Appendix A Some Technical Considerations for Limiting DAGs

In this appendix, we discuss the notion of convergence of a sequence of finite DAGs $(G_{k})_{k\in\mathbb{N}}$ to a limit which is an infinite DAG. This allows us to define a limiting DAG $G(\infty)$ (which is the temporal limit of the blockchain DAG) and characterize the confirmed blocks contained in the limiting DAG. Such problems of convergence are studied in [2, 9, 5].

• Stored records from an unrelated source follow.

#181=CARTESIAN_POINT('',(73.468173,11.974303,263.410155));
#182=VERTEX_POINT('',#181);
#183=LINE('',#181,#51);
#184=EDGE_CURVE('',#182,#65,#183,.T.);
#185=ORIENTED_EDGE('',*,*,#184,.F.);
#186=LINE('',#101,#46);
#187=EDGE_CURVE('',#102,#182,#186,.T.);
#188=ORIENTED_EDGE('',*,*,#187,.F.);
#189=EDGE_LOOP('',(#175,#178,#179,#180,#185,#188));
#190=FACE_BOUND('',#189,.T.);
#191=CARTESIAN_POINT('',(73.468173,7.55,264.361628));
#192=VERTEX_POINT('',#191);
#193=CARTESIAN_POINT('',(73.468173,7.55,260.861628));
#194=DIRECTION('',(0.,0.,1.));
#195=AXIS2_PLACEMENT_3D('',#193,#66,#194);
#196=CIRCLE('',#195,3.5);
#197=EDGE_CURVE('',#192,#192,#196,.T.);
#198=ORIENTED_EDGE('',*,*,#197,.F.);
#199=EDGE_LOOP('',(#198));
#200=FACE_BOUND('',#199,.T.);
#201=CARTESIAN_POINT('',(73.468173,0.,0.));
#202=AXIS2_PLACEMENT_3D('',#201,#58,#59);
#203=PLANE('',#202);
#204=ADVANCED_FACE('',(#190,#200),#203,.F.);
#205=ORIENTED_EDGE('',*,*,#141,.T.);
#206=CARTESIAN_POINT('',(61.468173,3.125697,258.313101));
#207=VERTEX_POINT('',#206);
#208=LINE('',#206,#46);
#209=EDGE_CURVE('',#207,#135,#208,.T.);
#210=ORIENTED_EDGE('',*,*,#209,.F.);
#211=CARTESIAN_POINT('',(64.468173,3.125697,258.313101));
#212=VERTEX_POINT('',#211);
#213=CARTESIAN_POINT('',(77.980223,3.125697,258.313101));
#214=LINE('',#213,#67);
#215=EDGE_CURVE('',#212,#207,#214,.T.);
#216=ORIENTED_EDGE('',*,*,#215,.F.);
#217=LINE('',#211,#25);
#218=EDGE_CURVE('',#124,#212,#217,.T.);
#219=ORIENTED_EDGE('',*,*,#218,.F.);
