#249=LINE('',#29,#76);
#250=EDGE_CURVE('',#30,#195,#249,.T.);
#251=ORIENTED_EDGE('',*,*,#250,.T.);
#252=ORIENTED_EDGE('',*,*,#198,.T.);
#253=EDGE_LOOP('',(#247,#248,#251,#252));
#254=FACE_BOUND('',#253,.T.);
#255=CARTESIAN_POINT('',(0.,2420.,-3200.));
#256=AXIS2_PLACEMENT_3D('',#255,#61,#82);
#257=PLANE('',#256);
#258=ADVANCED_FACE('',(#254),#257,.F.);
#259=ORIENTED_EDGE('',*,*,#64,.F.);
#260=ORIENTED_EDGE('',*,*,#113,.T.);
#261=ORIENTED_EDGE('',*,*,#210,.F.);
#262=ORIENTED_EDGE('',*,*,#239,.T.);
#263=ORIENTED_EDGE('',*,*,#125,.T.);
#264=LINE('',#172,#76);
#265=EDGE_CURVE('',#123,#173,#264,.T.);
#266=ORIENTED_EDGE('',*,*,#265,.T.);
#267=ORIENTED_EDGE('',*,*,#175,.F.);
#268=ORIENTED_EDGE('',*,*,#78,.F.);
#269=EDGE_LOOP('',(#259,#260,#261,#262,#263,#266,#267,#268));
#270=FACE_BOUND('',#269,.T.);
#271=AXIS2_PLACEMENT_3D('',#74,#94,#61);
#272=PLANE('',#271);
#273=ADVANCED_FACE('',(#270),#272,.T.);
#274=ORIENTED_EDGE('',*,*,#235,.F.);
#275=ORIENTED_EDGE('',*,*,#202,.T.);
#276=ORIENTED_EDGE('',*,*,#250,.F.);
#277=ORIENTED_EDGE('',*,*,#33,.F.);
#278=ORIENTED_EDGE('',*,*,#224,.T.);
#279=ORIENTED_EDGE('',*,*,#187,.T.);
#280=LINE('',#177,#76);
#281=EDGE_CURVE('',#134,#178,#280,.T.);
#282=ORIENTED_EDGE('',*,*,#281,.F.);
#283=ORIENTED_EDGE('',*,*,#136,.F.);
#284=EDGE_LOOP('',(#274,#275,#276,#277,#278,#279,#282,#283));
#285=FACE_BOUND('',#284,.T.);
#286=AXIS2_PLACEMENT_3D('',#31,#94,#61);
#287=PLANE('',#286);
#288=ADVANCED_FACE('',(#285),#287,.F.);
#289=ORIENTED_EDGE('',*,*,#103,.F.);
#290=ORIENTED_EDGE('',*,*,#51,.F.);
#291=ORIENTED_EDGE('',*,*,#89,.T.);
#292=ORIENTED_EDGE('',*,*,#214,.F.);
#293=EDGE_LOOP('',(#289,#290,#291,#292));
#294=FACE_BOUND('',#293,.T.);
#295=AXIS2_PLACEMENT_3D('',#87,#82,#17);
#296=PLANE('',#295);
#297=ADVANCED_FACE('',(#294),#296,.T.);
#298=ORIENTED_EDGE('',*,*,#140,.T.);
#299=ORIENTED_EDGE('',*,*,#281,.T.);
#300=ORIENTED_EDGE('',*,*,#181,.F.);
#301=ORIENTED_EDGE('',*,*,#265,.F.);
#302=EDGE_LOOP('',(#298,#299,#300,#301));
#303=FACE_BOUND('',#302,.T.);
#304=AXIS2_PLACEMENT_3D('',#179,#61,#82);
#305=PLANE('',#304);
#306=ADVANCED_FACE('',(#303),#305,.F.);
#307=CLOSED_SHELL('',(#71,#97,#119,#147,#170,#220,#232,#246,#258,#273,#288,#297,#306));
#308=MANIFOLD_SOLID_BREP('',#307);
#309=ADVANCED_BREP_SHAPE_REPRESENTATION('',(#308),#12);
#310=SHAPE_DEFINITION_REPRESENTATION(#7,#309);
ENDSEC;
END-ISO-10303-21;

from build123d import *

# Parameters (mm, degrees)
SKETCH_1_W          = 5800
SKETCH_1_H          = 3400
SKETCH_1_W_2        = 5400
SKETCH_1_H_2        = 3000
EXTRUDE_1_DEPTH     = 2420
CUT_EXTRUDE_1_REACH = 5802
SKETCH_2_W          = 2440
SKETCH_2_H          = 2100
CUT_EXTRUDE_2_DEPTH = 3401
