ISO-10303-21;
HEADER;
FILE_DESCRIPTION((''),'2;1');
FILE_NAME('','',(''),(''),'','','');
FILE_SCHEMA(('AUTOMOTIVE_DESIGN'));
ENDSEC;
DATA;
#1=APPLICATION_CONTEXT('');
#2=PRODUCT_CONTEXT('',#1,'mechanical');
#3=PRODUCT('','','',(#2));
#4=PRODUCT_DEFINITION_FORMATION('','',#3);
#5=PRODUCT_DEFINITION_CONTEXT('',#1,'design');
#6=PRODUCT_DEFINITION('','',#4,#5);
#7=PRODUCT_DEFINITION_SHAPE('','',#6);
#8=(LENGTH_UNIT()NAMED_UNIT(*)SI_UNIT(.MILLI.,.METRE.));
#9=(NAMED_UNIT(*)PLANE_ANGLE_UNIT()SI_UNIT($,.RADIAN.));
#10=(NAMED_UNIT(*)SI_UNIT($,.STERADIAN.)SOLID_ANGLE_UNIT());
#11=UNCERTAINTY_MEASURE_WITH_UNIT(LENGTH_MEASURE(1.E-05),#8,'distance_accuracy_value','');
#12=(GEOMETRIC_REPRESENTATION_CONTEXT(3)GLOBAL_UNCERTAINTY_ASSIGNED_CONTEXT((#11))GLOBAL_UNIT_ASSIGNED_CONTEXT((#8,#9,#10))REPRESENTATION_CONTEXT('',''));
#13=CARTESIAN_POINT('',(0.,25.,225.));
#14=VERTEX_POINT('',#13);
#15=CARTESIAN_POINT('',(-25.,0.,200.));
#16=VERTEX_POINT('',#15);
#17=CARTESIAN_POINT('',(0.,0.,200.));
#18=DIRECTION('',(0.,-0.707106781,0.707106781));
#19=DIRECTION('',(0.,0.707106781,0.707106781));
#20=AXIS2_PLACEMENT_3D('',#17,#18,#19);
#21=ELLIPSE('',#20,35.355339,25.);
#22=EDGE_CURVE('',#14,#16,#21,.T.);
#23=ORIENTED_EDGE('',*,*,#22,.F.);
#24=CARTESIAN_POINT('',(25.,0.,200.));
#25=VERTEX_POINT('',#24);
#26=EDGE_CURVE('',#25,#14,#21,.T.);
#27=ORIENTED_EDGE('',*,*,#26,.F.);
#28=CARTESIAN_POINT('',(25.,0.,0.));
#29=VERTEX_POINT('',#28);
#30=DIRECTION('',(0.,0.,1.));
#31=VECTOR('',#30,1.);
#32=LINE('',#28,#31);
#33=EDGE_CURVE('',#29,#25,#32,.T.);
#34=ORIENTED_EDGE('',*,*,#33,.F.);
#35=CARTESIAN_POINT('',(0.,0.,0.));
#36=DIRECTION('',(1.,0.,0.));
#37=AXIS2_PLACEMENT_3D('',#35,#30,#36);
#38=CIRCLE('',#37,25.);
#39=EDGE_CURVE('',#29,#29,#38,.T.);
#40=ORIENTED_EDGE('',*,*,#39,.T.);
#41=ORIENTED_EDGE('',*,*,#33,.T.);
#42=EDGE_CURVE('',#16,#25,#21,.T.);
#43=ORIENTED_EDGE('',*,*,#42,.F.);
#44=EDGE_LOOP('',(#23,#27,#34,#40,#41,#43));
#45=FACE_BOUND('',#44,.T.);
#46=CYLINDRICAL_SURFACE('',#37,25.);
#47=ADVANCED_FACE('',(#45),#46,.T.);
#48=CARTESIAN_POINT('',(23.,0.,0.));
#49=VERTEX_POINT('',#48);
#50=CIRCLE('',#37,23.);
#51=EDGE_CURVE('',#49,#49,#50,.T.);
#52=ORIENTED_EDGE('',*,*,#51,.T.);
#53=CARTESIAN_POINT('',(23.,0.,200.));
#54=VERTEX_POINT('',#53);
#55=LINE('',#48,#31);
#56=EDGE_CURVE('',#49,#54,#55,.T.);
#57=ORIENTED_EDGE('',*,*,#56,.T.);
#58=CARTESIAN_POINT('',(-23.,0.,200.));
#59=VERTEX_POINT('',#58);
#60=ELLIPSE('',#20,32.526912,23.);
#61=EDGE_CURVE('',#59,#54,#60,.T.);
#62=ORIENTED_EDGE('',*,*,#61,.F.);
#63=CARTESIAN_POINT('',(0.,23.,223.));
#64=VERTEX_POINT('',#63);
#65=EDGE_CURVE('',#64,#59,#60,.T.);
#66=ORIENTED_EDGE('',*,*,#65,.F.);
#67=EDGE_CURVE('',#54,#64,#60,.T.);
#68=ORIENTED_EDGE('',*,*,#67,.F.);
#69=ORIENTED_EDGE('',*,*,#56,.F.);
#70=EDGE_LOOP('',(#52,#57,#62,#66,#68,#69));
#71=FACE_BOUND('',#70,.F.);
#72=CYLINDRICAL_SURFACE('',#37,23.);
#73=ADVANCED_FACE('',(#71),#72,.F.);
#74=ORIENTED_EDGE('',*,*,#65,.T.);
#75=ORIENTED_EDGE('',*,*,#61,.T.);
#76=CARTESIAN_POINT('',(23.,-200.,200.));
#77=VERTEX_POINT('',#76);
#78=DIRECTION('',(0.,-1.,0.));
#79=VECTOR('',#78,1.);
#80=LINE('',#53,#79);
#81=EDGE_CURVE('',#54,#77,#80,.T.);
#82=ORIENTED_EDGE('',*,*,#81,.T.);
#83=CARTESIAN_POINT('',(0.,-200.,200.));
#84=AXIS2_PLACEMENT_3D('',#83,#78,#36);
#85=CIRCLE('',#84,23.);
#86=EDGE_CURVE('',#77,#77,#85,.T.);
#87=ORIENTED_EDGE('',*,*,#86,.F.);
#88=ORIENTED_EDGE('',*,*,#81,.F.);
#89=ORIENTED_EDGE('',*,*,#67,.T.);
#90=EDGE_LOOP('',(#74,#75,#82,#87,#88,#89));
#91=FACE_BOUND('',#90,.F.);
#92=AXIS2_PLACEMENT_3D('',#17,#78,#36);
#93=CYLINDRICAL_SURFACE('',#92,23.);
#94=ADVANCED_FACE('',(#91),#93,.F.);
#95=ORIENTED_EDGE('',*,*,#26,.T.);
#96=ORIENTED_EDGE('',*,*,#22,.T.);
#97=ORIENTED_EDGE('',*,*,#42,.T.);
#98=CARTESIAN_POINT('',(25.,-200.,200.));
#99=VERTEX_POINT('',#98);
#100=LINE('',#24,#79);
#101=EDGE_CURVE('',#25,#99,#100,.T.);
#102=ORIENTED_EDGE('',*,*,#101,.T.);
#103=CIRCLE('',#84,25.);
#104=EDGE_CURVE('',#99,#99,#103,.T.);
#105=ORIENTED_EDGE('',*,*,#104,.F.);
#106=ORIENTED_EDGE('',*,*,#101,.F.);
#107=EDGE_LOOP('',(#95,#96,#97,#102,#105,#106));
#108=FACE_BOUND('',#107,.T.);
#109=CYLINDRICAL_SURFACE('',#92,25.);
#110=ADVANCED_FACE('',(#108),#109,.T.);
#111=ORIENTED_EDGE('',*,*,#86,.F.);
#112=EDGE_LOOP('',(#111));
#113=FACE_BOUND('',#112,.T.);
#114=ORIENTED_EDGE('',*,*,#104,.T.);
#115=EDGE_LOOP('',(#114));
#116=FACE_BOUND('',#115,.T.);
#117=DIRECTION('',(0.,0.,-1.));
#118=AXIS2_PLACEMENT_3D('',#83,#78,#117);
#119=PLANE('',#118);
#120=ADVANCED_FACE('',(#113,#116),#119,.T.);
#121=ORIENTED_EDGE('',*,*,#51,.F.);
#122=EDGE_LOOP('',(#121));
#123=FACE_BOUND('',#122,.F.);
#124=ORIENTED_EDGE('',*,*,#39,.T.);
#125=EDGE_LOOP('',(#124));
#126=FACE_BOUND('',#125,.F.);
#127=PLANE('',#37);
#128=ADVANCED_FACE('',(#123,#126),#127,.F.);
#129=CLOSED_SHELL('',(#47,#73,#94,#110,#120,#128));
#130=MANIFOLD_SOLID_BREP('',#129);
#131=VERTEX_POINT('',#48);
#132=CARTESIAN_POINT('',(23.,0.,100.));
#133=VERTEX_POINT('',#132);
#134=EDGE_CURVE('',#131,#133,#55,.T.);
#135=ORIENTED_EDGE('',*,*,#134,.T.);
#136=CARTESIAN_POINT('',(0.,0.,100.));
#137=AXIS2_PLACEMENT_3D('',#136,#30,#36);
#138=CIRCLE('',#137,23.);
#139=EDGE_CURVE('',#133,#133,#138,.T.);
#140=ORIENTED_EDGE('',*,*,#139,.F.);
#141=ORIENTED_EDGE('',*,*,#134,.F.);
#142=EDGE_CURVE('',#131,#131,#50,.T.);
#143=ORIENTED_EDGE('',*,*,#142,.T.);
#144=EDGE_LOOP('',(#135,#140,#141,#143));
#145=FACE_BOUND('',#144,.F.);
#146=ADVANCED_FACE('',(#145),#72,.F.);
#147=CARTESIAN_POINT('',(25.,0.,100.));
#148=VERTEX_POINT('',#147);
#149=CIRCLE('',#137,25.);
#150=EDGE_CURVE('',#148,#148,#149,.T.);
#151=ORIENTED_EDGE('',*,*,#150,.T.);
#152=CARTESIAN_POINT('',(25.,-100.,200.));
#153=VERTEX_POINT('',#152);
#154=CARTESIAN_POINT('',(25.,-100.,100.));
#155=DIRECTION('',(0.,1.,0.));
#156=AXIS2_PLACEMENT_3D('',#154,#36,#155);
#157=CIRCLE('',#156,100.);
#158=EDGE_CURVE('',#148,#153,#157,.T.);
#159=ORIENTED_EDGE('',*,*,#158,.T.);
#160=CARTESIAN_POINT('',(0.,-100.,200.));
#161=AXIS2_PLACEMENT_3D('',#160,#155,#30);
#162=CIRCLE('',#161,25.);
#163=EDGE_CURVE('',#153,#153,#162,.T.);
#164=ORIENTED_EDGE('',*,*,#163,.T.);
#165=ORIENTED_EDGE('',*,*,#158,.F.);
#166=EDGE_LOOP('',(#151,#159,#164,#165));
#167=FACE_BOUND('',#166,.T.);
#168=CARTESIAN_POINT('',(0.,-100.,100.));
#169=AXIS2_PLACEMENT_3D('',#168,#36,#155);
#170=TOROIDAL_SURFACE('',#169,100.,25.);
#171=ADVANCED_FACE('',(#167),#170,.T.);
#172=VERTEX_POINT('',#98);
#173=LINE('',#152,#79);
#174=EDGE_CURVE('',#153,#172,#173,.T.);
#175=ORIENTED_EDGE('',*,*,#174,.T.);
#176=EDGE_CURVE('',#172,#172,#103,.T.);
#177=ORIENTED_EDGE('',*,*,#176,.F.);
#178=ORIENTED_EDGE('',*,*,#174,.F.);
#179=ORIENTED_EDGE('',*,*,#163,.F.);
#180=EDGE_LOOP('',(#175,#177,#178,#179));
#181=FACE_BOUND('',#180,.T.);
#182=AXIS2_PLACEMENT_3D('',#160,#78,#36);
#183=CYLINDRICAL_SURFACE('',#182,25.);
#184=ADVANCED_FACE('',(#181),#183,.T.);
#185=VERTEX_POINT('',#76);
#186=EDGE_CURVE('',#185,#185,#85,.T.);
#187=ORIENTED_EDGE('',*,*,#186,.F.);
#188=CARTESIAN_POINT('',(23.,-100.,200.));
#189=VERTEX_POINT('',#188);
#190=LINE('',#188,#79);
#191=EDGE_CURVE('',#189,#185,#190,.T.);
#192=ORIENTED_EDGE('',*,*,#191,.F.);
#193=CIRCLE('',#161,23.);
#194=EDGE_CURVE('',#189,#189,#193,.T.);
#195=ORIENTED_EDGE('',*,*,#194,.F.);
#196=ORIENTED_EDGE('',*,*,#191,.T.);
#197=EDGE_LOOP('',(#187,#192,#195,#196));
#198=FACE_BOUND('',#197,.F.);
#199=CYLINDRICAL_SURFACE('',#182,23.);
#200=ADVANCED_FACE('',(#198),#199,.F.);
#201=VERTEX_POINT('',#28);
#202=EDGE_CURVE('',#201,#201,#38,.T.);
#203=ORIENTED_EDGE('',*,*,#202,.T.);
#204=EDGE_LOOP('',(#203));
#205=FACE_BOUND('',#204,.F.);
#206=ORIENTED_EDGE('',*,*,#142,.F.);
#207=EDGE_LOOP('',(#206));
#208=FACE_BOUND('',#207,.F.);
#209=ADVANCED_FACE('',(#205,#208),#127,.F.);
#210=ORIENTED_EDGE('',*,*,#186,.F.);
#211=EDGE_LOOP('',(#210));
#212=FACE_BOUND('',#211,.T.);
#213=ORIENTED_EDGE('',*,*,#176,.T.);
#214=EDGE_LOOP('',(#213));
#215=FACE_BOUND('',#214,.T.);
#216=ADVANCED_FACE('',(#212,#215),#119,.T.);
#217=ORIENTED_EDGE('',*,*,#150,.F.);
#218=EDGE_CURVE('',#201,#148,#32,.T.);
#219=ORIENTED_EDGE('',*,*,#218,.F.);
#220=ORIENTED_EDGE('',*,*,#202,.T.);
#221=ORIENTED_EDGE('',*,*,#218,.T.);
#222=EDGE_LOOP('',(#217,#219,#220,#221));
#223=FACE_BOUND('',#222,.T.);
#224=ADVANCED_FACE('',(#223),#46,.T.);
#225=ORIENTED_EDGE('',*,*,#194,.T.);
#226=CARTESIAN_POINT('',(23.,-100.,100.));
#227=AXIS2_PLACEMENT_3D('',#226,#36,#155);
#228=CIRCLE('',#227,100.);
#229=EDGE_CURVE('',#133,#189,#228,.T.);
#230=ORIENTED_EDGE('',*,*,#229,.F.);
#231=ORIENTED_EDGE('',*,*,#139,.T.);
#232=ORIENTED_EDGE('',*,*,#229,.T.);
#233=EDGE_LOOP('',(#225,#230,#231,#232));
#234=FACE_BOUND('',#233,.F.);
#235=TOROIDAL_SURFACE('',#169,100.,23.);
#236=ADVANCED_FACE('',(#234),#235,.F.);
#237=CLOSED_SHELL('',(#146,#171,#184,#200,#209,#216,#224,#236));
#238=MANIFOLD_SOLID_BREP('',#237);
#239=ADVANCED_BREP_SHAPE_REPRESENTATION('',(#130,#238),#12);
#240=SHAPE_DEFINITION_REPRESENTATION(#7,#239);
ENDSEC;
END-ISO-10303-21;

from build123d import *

# Parameters (mm, degrees)
F0_R   = 25
F0_R_2 = 23


with BuildPart() as f2:
    # F2: sweep along a path in F1
    with BuildLine(Plane.YZ) as f2_path:
        Line((0, 0), (0, 100))
        ThreePointArc((0, 100), (-29.2893218813, 170.7106781187), (-100, 200))
        Line((-100, 200), (-200, 200))
    # F0 (on Top) → F2 (sweep)
    with BuildSketch(Plane.XY):
        Circle(F0_R)
        Circle(F0_R_2, mode=Mode.SUBTRACT)
    sweep(path=f2_path.line)


with BuildPart() as f4:
    # F4: sweep along a path in F3
    with BuildLine(Plane.YZ) as f4_path:
        Line((0, 0), (0, 200))
        Line((0, 200), (-200, 200))
    # F0 (on Top) → F4 (sweep)
    with BuildSketch(Plane.XY):
        Circle(F0_R)
        Circle(F0_R_2, mode=Mode.SUBTRACT)
    sweep(path=f4_path.line, transition=Transition.RIGHT)


solid = Compound([f2.part, f4.part])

We use the space $\mathcal{B}_{*}$ of locally finite, connected, and rooted DAGs where each vertex has a unique mark as defined in [2]. We consider the metric space $(\mathcal{B}_{*},d_{*})$ where $d_{*}(G_{1},G_{2})=\frac{1}{r+1}$ if $r$ is the least non-negative integer such that the $r$ -balls centered at the roots of $G_{1}$ and $G_{2}$ are equal. If $G_{1},G_{2}$ are finite DAGs in $\mathcal{B}_{*}$ with $G_{1}=G_{2}$ , we use the convention that $d_{*}(G_{1},G_{2})=0$ as for any large enough radius $r$ , the $r$ -ball encompasses the entire (finite) DAG. It is established in [2] that $(\mathcal{B}_{*},d_{*})$ is a complete metric space.

Lemma 5.

Any sequence of rooted DAGs $(G_{k})_{k\in\mathbb{N}}$ satisfying the following conditions is Cauchy in $(\mathcal{B}_{*},d_{*})$ :

•

Every DAG in $(G_{k})_{k}$ has the same root vertex.
•

$G_{k}$ is connected for all $k\in\mathbb{N}$ .
•

$G_{k}\subseteq G_{k+1}$ for all $k\in\mathbb{N}$ .
•

There exists $n\in\mathbb{N}$ such that no vertex in $G_{k}$ has degree greater than $n$ , for all $k\in\mathbb{N}$ .

Furthermore, the limit $\lim_{k\to\infty}G_{k}=\bigcup_{k\in\mathbb{N}}G_{k}$ .

Proof.

For all $k\in\mathbb{N}$ , denote by $V_{k}^{r}$ the vertices of $G_{k}$ within $r$ hops of the root. It is clear that for each $r\in\mathbb{N}$ , there is a finite index $k_{r}$ such that for $m\geq k_{r}$ , $V_{m}^{r}=V_{k_{r}}^{r}$ , for otherwise there exists a finite index $n_{r}$ such that some vertex in the $r$ -ball of the root of $G_{n_{r}}$ has degree greater than $n$ .

In particular, for any two indices $m,l\geq k_{r}$ , $d_{*}(G_{m},G_{l})\leq\frac{1}{r+1}$ as the $r$ -balls centered at their common root vertices agree. It follows immediately that the sequence $(G_{k})_{k\in\mathbb{N}}$ is Cauchy in $(\mathcal{B}_{*},d_{*})$ . ∎

The first three conditions imposed in Lemma 5 are immediate from the construction of our system model in Section 2 by considering block 0 as the common root vertex and marking each block with its arrival index. The fourth condition is established for the tree and throughput-optimal policies in Lemma 3.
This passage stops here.